What is needed:
Among the entries below, copy every line that carries the word "connected".

Data items

----

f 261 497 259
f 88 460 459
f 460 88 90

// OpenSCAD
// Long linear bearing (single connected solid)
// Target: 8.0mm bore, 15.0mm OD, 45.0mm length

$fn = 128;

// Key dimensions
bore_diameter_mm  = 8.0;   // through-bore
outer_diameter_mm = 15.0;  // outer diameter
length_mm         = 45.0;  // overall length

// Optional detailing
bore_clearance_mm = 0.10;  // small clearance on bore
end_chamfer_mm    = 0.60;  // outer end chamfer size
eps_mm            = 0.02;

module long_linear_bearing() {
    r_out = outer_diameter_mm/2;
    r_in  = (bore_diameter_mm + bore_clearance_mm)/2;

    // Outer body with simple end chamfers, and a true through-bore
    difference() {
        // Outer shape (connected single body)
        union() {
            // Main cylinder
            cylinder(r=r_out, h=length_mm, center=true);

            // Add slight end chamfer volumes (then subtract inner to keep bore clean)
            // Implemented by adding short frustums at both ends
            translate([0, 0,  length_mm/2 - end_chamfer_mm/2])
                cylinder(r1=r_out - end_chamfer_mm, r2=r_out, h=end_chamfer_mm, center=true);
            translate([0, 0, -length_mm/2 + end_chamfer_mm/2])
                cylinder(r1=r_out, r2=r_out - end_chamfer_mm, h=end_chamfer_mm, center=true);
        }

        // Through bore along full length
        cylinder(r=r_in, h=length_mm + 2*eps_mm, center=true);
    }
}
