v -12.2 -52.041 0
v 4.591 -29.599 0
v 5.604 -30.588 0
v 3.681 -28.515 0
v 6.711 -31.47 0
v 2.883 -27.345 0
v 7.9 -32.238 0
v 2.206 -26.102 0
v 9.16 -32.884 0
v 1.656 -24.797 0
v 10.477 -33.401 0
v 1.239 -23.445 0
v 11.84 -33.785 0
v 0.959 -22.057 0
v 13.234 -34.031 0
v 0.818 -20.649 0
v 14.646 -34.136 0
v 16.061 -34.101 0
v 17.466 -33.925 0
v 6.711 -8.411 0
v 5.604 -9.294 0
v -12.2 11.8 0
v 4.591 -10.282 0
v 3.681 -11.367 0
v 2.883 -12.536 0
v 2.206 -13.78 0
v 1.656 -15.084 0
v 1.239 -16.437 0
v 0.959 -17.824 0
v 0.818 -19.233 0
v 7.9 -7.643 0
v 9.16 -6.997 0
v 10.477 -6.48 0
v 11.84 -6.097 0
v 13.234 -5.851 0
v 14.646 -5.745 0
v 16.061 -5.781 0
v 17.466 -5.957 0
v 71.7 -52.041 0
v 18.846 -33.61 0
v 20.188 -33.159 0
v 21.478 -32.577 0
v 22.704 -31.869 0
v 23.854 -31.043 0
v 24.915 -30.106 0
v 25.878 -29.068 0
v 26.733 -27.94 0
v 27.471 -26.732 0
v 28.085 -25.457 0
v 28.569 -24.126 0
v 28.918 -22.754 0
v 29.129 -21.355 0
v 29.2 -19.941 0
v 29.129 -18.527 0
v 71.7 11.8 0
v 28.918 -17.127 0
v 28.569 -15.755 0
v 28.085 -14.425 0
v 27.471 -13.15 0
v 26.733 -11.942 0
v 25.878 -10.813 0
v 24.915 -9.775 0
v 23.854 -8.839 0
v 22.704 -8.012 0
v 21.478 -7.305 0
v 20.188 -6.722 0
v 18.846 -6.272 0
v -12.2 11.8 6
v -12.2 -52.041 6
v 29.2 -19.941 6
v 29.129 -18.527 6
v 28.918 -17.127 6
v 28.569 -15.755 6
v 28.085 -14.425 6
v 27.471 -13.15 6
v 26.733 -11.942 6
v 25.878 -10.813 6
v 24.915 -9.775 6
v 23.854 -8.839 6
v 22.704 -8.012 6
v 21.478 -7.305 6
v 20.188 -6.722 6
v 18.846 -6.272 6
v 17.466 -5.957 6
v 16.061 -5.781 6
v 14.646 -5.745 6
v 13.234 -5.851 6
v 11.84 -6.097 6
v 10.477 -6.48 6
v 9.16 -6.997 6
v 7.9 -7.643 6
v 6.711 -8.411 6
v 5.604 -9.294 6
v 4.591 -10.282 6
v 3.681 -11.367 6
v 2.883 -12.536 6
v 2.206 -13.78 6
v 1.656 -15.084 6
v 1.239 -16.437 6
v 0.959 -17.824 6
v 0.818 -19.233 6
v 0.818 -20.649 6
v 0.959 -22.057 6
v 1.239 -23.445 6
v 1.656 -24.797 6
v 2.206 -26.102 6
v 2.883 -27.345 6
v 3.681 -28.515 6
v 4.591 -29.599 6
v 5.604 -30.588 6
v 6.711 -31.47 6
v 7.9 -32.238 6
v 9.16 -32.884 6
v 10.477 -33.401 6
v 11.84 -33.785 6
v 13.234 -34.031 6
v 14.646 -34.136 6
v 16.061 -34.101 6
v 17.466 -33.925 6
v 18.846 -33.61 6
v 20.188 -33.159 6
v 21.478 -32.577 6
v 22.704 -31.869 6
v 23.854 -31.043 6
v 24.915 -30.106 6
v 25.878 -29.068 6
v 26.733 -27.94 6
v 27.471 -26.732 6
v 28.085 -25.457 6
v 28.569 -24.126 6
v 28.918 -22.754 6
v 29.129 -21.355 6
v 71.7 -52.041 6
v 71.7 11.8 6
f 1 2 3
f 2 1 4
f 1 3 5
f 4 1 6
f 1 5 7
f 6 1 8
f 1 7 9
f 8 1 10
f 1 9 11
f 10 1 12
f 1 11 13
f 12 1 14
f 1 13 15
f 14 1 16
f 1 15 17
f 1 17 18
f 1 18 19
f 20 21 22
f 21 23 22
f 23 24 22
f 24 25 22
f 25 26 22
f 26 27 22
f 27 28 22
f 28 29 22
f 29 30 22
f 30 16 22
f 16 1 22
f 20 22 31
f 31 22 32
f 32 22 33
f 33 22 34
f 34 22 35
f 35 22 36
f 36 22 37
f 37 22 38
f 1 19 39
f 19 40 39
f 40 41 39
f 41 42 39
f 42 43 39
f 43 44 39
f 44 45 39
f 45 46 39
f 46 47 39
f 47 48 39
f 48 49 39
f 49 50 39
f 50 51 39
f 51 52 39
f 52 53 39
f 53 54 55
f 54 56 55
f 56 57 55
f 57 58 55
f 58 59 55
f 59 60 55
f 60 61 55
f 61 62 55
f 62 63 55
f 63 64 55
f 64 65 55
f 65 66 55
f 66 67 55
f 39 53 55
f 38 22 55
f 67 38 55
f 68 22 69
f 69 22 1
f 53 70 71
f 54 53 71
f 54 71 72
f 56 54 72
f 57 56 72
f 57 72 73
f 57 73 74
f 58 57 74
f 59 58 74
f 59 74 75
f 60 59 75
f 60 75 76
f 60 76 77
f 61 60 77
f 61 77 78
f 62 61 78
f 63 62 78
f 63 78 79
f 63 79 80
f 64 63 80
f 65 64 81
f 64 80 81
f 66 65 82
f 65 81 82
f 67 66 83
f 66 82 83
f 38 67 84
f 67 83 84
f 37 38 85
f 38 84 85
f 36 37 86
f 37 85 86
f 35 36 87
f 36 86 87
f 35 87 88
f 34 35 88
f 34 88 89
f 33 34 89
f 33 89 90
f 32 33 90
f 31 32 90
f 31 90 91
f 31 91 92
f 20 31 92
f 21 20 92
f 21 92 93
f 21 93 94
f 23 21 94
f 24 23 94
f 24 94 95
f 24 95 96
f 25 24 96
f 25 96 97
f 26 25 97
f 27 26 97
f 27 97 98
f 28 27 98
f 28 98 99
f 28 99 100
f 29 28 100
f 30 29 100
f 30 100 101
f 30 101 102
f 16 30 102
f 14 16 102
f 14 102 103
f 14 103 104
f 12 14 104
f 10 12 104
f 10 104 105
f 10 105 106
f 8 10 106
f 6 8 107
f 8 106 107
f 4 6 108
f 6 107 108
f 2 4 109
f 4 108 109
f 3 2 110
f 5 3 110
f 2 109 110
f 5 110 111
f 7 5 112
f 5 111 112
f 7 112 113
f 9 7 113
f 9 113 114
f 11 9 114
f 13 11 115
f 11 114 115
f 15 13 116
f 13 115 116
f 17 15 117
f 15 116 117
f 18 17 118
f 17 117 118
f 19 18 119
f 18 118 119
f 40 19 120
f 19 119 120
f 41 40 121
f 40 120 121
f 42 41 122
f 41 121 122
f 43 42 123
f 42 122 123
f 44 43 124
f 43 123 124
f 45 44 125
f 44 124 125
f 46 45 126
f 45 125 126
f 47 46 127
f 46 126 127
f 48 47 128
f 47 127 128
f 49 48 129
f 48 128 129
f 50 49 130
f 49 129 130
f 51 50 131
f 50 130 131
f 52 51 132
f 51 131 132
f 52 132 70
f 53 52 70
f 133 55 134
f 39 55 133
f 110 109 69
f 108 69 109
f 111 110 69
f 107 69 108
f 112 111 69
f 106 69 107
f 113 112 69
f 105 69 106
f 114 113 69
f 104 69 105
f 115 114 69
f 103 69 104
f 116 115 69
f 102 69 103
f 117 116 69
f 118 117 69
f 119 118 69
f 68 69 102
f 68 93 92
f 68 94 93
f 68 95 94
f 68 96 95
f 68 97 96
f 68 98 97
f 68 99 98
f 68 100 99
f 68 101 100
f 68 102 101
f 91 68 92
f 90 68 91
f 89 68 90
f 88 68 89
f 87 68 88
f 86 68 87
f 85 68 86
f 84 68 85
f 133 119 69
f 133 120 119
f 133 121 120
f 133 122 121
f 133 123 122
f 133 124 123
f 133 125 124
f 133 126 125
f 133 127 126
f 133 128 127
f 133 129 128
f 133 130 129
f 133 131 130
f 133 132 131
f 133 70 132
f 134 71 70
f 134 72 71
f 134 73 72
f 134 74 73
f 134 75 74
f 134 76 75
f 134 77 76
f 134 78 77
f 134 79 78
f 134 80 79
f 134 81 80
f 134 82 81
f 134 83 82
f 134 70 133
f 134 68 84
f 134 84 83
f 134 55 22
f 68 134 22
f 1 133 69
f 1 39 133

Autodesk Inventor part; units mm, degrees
ref_plane "YZ Plane" through (0, 0, 0) normal (1, 0, 0) x (0, 1, 0)
ref_plane "XZ Plane" through (0, 0, 0) normal (0, 1, 0) x (-1, 0, 0)
ref_plane "XY Plane" through (0, 0, 0) normal (0, 0, 1) x (1, 0, 0)
sketch "스케치1" plane through (0, 0, 0) normal (0, 0, 1) x (1, 0, 0)
  line L0 (-12.2, 0) -> (71.7, 0) projected
  line L1 (71.7, 5.8) -> (71.7, 0) projected
  line L2 (-12.2, 5.8) -> (71.7, 5.8) projected
  line L3 (-12.2, 5.8) -> (-12.2, 0) projected
  line L4 (-12.2, 5.8) -> (71.7, 5.8)
  line L5 (71.7, 5.8) -> (71.7, 11.8)
  line L6 (71.7, 11.8) -> (-12.2, 11.8)
  line L7 (-12.2, 11.8) -> (-12.2, 5.8)
  line L8 (-12.2, -46.0408) -> (71.7, -46.0408) projected
  line L9 (71.7, -40.2408) -> (71.7, -46.0408) projected
  line L10 (-12.2, -40.2408) -> (71.7, -40.2408) projected
  line L11 (-12.2, -40.2408) -> (-12.2, -46.0408) projected
  line L12 (-12.2, -46.0408) -> (71.7, -46.0408)
  line L13 (71.7, -46.0408) -> (71.7, -52.0408)
  line L14 (71.7, -52.0408) -> (-12.2, -52.0408)
  line L15 (-12.2, -52.0408) -> (-12.2, -46.0408)
  line L16 (-12.2, 0) -> (71.7, 0)
  line L17 (71.7, 0) -> (71.7, -40.2408)
  line L18 (71.7, -40.2408) -> (-12.2, -40.2408)
  line L19 (-12.2, -40.2408) -> (-12.2, 0)
  point P0 (0, 0)
  dimension "d0" = 6
  dimension "d3" = 6
extrude "돌출1" add sketch "스케치1" along normal blind 6
sketch "스케치2" plane through (0, 0, 6) normal (0, 0, 1) x (1, 0, 0)
  circle A0 centre (15, -19.9408) radius 14.2
  point P0 (0, 0)
extrude "돌출2" cut sketch "스케치2" against normal blind 6
properties part number "부품72"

----

Response box:
// Long linear bearing (single connected solid)
        // Outer shape (connected single body)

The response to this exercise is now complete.